I do recommend buying a bigger mill than you "think" you"ll need. Always better to have more if you decide to get longer bars later. I bought the 48" mill and glad I did. I can run all my bars with this setup. 

Sent from my Moto E (4) using Tapatalk


----------



## Derik (Oct 9, 2018)

Brian72 said:


> I do recommend buying a bigger mill than you "think" you"ll need. Always better to have more if you decide to get longer bars later. I bought the 48" mill and glad I did. I can run all my bars with this setup.
> 
> Sent from my Moto E (4) using Tapatalk



That's what I've been told before. OnE reason why I'll get the 36" mill


----------



## Bmac (Oct 9, 2018)

All great stuff from Brian72, he knows his stuff. You'll definitely get the feel of when to sharpen. 
Care for your powerhead is also important. I'd run a 40:1 fuel ratio, let it cool down by idling after cuts, port your muffler if possible to let it breath better. 
As for size of your mill, the same goes for your powerhead, the bigger the better. 
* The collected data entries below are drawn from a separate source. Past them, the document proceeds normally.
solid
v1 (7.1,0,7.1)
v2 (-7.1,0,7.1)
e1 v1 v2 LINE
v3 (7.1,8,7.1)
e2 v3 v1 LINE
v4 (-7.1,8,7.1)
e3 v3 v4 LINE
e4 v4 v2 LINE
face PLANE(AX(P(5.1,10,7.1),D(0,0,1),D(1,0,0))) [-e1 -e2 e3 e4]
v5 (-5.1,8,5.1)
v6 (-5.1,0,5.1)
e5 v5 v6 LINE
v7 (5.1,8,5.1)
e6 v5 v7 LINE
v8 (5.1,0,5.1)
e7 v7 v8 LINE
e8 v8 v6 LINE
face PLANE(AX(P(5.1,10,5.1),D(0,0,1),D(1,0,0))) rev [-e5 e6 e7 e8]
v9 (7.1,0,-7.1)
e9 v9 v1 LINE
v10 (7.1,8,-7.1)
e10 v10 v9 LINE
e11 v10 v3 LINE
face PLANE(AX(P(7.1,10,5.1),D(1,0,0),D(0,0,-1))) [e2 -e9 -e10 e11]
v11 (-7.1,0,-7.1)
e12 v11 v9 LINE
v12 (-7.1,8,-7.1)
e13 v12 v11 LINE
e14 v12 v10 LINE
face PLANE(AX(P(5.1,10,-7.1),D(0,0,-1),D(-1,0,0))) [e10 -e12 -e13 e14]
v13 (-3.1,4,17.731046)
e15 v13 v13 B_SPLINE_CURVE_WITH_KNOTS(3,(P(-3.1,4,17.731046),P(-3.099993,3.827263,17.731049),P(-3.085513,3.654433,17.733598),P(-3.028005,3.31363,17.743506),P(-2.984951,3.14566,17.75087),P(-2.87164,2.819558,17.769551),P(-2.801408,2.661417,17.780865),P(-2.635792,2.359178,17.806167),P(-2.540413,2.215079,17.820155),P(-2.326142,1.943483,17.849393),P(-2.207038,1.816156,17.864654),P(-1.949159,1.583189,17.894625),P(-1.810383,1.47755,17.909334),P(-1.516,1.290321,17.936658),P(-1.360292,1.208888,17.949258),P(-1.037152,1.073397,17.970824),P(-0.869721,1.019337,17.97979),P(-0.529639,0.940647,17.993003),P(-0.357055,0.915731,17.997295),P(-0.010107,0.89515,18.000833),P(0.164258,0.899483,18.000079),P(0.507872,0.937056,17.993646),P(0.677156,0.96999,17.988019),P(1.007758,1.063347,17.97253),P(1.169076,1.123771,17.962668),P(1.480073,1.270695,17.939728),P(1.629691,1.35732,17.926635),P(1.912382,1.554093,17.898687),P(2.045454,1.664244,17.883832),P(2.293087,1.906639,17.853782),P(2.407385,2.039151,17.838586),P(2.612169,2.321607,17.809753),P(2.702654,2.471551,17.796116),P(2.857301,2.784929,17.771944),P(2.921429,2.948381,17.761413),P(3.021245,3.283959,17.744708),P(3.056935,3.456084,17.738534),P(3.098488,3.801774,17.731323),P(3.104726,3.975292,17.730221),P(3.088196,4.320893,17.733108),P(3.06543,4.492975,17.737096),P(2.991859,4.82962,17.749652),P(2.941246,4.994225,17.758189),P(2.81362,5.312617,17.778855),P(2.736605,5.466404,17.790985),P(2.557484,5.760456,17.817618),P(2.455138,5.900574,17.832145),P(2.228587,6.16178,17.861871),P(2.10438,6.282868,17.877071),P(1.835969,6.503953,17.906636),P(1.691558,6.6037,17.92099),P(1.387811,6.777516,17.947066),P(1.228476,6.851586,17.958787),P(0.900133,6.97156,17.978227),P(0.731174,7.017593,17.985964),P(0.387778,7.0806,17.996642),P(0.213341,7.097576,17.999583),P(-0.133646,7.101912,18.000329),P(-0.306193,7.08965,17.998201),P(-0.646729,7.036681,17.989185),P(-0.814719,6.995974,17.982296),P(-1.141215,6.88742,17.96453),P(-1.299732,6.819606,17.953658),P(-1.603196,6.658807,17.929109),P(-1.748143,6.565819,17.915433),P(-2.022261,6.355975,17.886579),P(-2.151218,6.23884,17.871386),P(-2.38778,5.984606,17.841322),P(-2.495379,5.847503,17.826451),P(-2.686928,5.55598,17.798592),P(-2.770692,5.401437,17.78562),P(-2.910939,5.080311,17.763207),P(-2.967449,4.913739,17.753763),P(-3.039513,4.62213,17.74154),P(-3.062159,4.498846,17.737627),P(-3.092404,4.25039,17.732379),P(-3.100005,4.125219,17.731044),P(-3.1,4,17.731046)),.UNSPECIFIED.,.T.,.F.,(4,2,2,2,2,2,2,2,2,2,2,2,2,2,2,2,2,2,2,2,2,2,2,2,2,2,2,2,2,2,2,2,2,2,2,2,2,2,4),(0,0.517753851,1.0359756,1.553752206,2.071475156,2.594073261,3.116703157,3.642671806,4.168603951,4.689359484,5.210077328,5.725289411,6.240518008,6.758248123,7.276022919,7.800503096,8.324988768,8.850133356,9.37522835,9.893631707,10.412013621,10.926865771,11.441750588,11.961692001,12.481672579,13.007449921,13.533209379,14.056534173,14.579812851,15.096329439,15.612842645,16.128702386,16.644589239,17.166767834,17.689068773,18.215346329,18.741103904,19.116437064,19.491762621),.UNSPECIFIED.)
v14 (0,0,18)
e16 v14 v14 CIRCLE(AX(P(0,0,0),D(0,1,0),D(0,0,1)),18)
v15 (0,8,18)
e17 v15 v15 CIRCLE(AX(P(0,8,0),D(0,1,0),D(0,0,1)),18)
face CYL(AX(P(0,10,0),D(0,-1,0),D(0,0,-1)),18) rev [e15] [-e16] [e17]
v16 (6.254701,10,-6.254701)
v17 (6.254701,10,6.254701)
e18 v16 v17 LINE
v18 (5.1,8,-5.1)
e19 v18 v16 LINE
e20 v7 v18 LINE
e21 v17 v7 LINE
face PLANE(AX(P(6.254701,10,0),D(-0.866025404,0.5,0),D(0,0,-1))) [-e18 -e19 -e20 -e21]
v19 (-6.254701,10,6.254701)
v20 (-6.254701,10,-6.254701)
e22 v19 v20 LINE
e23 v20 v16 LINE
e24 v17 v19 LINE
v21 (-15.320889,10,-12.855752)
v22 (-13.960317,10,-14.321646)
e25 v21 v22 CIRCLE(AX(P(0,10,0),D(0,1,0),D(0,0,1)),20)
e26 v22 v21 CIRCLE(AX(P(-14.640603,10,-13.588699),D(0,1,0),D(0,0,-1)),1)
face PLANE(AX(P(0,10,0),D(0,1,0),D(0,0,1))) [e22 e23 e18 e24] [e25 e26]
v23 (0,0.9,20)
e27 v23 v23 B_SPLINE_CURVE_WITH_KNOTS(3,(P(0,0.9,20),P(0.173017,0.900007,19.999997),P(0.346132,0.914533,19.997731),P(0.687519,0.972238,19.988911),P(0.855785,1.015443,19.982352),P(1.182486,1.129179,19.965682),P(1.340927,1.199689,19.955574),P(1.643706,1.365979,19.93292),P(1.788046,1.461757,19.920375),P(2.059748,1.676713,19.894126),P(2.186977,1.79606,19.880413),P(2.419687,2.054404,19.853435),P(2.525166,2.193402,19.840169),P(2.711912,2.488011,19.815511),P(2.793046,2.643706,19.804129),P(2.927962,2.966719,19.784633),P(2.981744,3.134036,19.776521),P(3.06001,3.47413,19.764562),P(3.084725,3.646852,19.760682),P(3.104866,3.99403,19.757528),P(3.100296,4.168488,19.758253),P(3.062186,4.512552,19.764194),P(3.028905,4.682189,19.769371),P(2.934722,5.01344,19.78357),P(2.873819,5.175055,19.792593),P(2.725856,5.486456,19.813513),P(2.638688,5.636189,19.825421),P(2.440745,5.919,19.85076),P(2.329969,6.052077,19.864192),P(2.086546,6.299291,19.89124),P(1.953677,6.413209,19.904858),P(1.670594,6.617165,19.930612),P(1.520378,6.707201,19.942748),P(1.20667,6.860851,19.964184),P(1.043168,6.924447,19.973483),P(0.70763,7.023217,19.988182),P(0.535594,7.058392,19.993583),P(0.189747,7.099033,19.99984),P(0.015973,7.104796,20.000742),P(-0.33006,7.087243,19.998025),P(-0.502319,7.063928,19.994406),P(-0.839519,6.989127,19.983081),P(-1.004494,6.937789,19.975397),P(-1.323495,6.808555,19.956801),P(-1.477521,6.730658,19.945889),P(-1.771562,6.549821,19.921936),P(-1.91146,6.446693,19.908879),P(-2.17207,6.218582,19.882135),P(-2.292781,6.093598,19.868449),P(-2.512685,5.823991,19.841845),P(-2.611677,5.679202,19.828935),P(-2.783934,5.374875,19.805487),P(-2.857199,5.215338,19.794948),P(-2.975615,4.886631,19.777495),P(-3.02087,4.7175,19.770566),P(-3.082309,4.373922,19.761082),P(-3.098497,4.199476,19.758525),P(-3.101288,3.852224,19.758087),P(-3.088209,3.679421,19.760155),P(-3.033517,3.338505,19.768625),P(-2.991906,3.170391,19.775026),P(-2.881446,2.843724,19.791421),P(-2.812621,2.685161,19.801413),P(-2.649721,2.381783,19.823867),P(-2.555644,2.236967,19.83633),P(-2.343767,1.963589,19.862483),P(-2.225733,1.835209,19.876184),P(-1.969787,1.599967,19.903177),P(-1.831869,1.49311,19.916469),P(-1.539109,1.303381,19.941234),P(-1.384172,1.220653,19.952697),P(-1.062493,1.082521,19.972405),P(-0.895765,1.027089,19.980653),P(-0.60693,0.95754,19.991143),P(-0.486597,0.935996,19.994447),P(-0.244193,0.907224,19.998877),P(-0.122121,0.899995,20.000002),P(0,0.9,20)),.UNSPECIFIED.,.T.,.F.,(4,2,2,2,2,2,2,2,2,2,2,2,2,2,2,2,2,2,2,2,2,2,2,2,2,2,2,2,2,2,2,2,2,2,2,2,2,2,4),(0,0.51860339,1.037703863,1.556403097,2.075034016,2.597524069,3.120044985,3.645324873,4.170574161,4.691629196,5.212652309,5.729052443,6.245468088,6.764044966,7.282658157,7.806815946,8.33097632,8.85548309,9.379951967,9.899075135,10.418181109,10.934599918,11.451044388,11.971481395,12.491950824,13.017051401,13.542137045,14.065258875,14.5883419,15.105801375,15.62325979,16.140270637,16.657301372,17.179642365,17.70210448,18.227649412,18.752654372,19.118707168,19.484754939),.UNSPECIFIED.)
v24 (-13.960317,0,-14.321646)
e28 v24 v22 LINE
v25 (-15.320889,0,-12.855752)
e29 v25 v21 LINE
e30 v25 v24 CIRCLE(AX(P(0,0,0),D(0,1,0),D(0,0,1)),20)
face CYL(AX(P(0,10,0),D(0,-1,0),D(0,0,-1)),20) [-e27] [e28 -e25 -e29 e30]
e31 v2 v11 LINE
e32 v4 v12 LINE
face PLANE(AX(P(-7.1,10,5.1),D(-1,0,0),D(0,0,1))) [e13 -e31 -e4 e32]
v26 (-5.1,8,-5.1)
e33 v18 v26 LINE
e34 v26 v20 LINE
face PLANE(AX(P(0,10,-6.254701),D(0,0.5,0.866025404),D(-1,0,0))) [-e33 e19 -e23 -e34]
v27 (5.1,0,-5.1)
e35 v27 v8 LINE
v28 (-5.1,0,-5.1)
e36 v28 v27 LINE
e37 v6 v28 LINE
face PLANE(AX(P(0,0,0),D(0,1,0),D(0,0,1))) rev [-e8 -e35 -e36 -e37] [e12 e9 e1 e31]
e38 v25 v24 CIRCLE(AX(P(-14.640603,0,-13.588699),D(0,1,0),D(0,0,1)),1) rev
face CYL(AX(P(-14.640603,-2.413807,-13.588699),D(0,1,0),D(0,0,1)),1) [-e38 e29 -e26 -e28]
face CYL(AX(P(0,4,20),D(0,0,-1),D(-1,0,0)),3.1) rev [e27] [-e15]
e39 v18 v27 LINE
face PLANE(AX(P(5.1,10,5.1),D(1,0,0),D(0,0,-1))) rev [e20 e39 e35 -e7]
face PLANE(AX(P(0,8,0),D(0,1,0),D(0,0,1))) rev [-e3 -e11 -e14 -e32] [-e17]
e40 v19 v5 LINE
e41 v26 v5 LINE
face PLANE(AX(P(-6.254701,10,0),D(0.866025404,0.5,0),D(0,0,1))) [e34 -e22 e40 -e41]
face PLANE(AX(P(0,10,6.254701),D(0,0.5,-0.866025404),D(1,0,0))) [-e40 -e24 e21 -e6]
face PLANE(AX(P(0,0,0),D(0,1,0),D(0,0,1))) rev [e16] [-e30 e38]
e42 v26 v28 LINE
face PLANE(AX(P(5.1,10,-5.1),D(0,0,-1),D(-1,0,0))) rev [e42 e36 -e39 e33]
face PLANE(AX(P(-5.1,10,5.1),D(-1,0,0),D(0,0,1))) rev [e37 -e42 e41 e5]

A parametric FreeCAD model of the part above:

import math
import FreeCAD as App
import Part
import Sketcher


def edges_at(feature, points):
    """Names of the edges that pass closest to the given points."""
    edges = feature.Shape.Edges
    near = lambda p: min(range(len(edges)), key=lambda i: edges[i].distToShape(Part.Vertex(*p))[0])
    return sorted({f"Edge{near(p) + 1}" for p in points})


def faces_at(feature, points):
    """Names of the faces that lie closest to the given points."""
    faces = feature.Shape.Faces
    near = lambda p: min(range(len(faces)), key=lambda i: faces[i].distToShape(Part.Vertex(*p))[0])
    return sorted({f"Face{near(p) + 1}" for p in points})

doc = App.newDocument("Part")
body = doc.addObject("PartDesign::Body", "Body")

sketch1 = doc.addObject("Sketcher::SketchObject", "Sketch")
body.addObject(sketch1)
sketch1.AttachmentSupport = (doc.XZ_Plane, [""])
sketch1.MapMode = "FlatFace"
sketch1.addGeometry(Part.Circle(App.Vector(0, 0, 0), App.Vector(0, 0, 1), 20), False)
sketch1.addConstraint([
    Sketcher.Constraint("Coincident", 0, 3, -1, 1),
    Sketcher.Constraint("Diameter", 0, 40.0),
])
pad1 = doc.addObject("PartDesign::Pad", "Pad")
body.addObject(pad1)
pad1.Profile = sketch1
pad1.Length = 10
pad1.Reversed = True

sketch2 = doc.addObject("Sketcher::SketchObject", "Sketch001")
body.addObject(sketch2)
sketch2.AttachmentSupport = (doc.XZ_Plane, [""])
sketch2.MapMode = "FlatFace"
sketch2.addGeometry([
    Part.LineSegment(App.Vector(-5, 5, 0), App.Vector(-5, -5, 0)),
    Part.LineSegment(App.Vector(-5, -5, 0), App.Vector(5, -5, 0)),
    Part.LineSegment(App.Vector(5, -5, 0), App.Vector(5, 5, 0)),
    Part.LineSegment(App.Vector(5, 5, 0), App.Vector(-5, 5, 0)),
], False)
sketch2.addConstraint([
    Sketcher.Constraint("Coincident", 0, 2, 1, 1),
    Sketcher.Constraint("Coincident", 1, 2, 2, 1),
    Sketcher.Constraint("Coincident", 2, 2, 3, 1),
    Sketcher.Constraint("Coincident", 3, 2, 0, 1),
    Sketcher.Constraint("Vertical", 0),
    Sketcher.Constraint("Horizontal", 1),
    Sketcher.Constraint("Vertical", 2),
    Sketcher.Constraint("Horizontal", 3),
    Sketcher.Constraint("Symmetric", 0, 2, 2, 2, -1, 1),
    Sketcher.Constraint("Equal", 3, 0),
    Sketcher.Constraint("DistanceX", 1, 1, 1, 2, 10.2),
])
pocket1 = doc.addObject("PartDesign::Pocket", "Pocket")
body.addObject(pocket1)
pocket1.Profile = sketch2
pocket1.Type = "ThroughAll"
doc.recompute()

thickness = doc.addObject("PartDesign::Thickness", "Thickness")
body.addObject(thickness)
thickness.Base = (pocket1, faces_at(pocket1, [(-8, 0, 8)]))
thickness.Value = 2
thickness.Reversed = True
thickness.Join = "Intersection"

sketch3 = doc.addObject("Sketcher::SketchObject", "Sketch002")
body.addObject(sketch3)
sketch3.AttachmentSupport = (doc.XY_Plane, [""])
sketch3.MapMode = "FlatFace"
sketch3.AttachmentOffset = App.Placement(App.Vector(0, 0, 7.1), App.Rotation())
sketch3.addGeometry(Part.Circle(App.Vector(0, 4, 0), App.Vector(0, 0, 1), 3.1), False)
sketch3.addConstraint([
    Sketcher.Constraint("PointOnObject", 0, 3, -2),
    Sketcher.Constraint("Diameter", 0, 6.2),
    Sketcher.Constraint("DistanceY", -1, 1, 0, 3, 4.0),
])
pocket2 = doc.addObject("PartDesign::Pocket", "Pocket001")
body.addObject(pocket2)
pocket2.Profile = sketch3
pocket2.Type = "ThroughAll"
pocket2.Reversed = True

sketch4 = doc.addObject("Sketcher::SketchObject", "Sketch003")
body.addObject(sketch4)
sketch4.AttachmentSupport = (doc.XZ_Plane, [""])
sketch4.MapMode = "FlatFace"
sketch4.AttachmentOffset = App.Placement(App.Vector(0, 0, -10), App.Rotation())
sketch4.addGeometry([
    Part.LineSegment(App.Vector(-15.3, -12.9, 0), App.Vector(-14, -14.3, 0)),
    Part.ArcOfCircle(Part.Circle(App.Vector(-14.6, -13.6, 0), App.Vector(0, 0, 1), 1), math.radians(133), math.radians(313)),
], False)
sketch4.addConstraint([
    Sketcher.Constraint("Coincident", 0, 1, 1, 1),
    Sketcher.Constraint("Coincident", 1, 2, 0, 2),
    Sketcher.Constraint("Radius", 1, 1.0),
    Sketcher.Constraint("DistanceY", 1, 3, -1, 1, 13.588699),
Also, you need to keep an eye on your rakers, once I understood them better it has improved my cutting immensely. Read the CS Milling 101, great tips and a lot of discussion about rakers.


----------



## Brian72 (Oct 9, 2018)

Bmac said:


> All great stuff from Brian72, he knows his stuff. You'll definitely get the feel of when to sharpen.
> Care for your powerhead is also important. I'd run a 40:1 fuel ratio, let it cool down by idling after cuts, port your muffler if possible to let it breath better.
> As for size of your mill, the same goes for your powerhead, the bigger the better.
> 
> Also, you need to keep an eye on your rakers, once I understood them better it has improved my cutting immensely. Read the CS Milling 101, great tips and a lot of discussion about rakers.


Also great advice. Thanks for sharing some things I missed. That's why I love these forums! Keep an eye on this guy Derik! Bmac does some of the most beautiful woodworking I've ever seen!!

Sent from my Moto E (4) using Tapatalk


----------



## Derik (Oct 11, 2018)

Okay, I took a look at the milling 101 pin. The rakers, set the depth of which each tooth cuts into the wood. 

On the current saw I have, which I use for clearing brush and other things, is an Echo CS-310, I use a depth guide and file. I believe the depth is .025, from what I understand is that, the depth gauge and file aren't enough to properly maintain the rakers. Is that correct?


----------



## Bmac (Oct 11, 2018)

Correct, you need to learn about progressive raker depth, look at this link!
https://www.arboristsite.com/commun...ly-progressive-depth-raker-generators.114624/


----------



## Sawyer Rob (Oct 12, 2018)

Anyone who thinks it's just as much work to push a BSM through a log as a CSM hasn't milled with a BSM much!

CSM's are HUGE amount more work than a BSM!!

Then there's the amount of time you are pushing too!

SR


----------



## Derik (Oct 12, 2018)

Bmac said:


> Correct, you need to learn about progressive raker depth, look at this link!
> https://www.arboristsite.com/commun...ly-progressive-depth-raker-generators.114624/



There was a video in that thread posted by, BobL, at least I think that's the person. Looks like he was filing the rakers at an angle versus a curved edge like they were from factory. 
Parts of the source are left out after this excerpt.